_Task to carry out_
Reproduce exactly the lines from the one containing "#122=ADVANCED_BREP_SHAPE_REPRESENTATION('',(#121),#12);" through the last line of the data, both ends included.

_Record excerpts_
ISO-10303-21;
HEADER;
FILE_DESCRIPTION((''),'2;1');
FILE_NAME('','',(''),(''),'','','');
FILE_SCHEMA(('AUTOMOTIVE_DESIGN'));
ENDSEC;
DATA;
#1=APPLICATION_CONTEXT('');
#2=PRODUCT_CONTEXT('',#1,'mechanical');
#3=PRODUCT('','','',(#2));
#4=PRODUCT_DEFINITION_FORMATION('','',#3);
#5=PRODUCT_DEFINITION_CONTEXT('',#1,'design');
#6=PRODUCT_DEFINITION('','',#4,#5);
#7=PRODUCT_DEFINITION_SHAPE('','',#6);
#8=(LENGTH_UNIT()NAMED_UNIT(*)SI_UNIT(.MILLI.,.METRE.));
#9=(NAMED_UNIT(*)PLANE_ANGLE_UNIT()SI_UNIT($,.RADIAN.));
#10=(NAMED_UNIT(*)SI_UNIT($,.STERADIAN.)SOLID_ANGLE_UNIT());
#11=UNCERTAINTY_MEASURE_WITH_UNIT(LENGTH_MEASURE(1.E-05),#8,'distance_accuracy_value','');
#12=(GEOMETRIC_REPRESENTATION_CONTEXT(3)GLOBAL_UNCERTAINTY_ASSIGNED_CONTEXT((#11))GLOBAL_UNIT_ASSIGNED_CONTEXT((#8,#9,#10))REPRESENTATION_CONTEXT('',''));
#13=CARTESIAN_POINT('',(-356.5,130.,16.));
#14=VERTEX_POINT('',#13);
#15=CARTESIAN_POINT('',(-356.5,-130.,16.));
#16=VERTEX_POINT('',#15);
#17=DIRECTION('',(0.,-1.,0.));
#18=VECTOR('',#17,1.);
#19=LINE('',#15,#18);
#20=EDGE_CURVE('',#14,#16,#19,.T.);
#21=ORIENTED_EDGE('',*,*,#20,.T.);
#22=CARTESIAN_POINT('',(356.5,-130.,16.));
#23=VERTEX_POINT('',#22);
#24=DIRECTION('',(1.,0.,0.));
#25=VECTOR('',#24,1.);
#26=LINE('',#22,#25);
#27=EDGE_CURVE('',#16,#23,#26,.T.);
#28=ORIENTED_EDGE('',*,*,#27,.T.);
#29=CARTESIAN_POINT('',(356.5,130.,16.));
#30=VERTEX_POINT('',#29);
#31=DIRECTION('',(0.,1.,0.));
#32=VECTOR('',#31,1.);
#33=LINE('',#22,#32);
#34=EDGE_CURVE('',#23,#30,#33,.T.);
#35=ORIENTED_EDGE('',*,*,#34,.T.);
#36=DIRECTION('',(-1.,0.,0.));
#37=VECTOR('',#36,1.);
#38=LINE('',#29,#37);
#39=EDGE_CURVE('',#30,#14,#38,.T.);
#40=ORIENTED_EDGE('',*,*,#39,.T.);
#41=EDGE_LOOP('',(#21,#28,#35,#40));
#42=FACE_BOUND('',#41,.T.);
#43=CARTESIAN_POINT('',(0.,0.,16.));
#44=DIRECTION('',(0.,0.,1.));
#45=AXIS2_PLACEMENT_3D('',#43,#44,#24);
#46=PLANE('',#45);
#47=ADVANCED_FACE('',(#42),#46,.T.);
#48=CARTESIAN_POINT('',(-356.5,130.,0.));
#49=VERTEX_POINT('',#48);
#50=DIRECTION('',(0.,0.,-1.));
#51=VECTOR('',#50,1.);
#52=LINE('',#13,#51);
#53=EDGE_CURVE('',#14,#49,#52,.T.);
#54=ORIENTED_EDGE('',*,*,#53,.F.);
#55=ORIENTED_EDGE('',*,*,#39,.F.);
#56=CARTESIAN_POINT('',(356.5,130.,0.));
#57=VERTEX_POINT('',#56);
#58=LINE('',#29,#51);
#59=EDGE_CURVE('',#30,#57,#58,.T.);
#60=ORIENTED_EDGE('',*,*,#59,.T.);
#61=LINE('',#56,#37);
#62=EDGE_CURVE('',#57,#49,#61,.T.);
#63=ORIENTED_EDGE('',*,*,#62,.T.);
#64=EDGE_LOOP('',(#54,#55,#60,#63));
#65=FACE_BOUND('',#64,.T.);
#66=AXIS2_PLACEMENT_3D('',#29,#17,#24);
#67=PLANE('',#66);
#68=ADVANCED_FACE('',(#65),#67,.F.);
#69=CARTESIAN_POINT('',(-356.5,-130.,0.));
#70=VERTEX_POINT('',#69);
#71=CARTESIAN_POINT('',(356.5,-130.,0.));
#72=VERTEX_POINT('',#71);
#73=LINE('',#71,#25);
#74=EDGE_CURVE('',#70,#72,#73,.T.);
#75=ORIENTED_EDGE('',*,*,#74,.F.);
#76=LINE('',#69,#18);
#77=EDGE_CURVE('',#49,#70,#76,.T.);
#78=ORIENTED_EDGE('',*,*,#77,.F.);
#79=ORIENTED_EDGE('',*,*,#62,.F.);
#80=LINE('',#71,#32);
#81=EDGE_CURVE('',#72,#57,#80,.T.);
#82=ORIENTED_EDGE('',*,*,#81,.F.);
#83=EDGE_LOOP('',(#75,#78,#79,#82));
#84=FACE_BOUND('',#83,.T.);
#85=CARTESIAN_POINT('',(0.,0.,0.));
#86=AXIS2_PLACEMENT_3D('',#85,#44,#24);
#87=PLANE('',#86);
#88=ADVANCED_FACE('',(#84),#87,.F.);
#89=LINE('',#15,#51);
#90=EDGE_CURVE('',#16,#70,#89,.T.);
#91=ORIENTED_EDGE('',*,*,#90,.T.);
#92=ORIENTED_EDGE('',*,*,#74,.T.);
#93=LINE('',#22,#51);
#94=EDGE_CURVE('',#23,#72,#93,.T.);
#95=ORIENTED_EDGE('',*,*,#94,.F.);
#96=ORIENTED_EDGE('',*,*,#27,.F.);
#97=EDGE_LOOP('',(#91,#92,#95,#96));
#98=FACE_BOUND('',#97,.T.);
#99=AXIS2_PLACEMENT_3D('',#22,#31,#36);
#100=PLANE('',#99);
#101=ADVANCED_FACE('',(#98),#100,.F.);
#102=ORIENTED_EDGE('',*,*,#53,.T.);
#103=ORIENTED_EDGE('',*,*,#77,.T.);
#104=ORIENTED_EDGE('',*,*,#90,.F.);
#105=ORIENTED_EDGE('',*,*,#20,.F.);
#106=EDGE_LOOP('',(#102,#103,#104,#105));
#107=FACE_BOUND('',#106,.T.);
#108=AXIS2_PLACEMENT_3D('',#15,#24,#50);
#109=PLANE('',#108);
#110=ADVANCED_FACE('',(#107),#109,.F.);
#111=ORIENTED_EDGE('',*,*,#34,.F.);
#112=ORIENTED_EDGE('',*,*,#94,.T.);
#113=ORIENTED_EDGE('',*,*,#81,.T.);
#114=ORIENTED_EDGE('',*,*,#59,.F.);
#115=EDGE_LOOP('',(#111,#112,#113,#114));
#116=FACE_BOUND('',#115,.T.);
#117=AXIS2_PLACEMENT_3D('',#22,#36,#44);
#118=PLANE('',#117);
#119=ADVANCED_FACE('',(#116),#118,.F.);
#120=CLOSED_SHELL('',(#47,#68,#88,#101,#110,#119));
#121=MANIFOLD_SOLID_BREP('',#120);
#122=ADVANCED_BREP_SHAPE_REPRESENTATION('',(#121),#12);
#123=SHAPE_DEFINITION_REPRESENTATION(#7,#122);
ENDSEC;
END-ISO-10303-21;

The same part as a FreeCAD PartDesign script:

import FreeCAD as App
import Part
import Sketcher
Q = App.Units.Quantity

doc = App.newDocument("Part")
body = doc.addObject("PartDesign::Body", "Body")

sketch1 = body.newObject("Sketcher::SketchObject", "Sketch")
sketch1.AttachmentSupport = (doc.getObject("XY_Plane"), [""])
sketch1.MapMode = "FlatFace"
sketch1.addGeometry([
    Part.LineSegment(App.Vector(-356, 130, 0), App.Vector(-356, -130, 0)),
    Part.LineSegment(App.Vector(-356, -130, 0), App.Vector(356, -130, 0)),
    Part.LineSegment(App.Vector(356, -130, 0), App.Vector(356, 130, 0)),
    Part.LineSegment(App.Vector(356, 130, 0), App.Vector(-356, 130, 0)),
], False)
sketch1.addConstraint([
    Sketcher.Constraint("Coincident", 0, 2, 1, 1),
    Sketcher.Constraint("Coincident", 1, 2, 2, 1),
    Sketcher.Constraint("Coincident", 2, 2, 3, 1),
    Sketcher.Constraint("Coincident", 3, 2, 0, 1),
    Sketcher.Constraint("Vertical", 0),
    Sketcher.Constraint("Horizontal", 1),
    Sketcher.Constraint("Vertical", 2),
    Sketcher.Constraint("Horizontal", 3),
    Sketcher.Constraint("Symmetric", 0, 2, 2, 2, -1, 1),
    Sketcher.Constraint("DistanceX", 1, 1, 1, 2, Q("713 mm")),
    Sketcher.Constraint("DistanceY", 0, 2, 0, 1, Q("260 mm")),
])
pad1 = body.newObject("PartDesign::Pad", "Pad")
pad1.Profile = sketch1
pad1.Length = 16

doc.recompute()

_Your response_
#122=ADVANCED_BREP_SHAPE_REPRESENTATION('',(#121),#12);
#123=SHAPE_DEFINITION_REPRESENTATION(#7,#122);
ENDSEC;
END-ISO-10303-21;

The same part as a FreeCAD PartDesign script:

import FreeCAD as App
import Part
import Sketcher
Q = App.Units.Quantity

doc = App.newDocument("Part")
body = doc.addObject("PartDesign::Body", "Body")

sketch1 = body.newObject("Sketcher::SketchObject", "Sketch")
sketch1.AttachmentSupport = (doc.getObject("XY_Plane"), [""])
sketch1.MapMode = "FlatFace"
sketch1.addGeometry([
    Part.LineSegment(App.Vector(-356, 130, 0), App.Vector(-356, -130, 0)),
    Part.LineSegment(App.Vector(-356, -130, 0), App.Vector(356, -130, 0)),
    Part.LineSegment(App.Vector(356, -130, 0), App.Vector(356, 130, 0)),
    Part.LineSegment(App.Vector(356, 130, 0), App.Vector(-356, 130, 0)),
], False)
sketch1.addConstraint([
    Sketcher.Constraint("Coincident", 0, 2, 1, 1),
    Sketcher.Constraint("Coincident", 1, 2, 2, 1),
    Sketcher.Constraint("Coincident", 2, 2, 3, 1),
    Sketcher.Constraint("Coincident", 3, 2, 0, 1),
    Sketcher.Constraint("Vertical", 0),
    Sketcher.Constraint("Horizontal", 1),
    Sketcher.Constraint("Vertical", 2),
    Sketcher.Constraint("Horizontal", 3),
    Sketcher.Constraint("Symmetric", 0, 2, 2, 2, -1, 1),
    Sketcher.Constraint("DistanceX", 1, 1, 1, 2, Q("713 mm")),
    Sketcher.Constraint("DistanceY", 0, 2, 0, 1, Q("260 mm")),
])
pad1 = body.newObject("PartDesign::Pad", "Pad")
pad1.Profile = sketch1
pad1.Length = 16

doc.recompute()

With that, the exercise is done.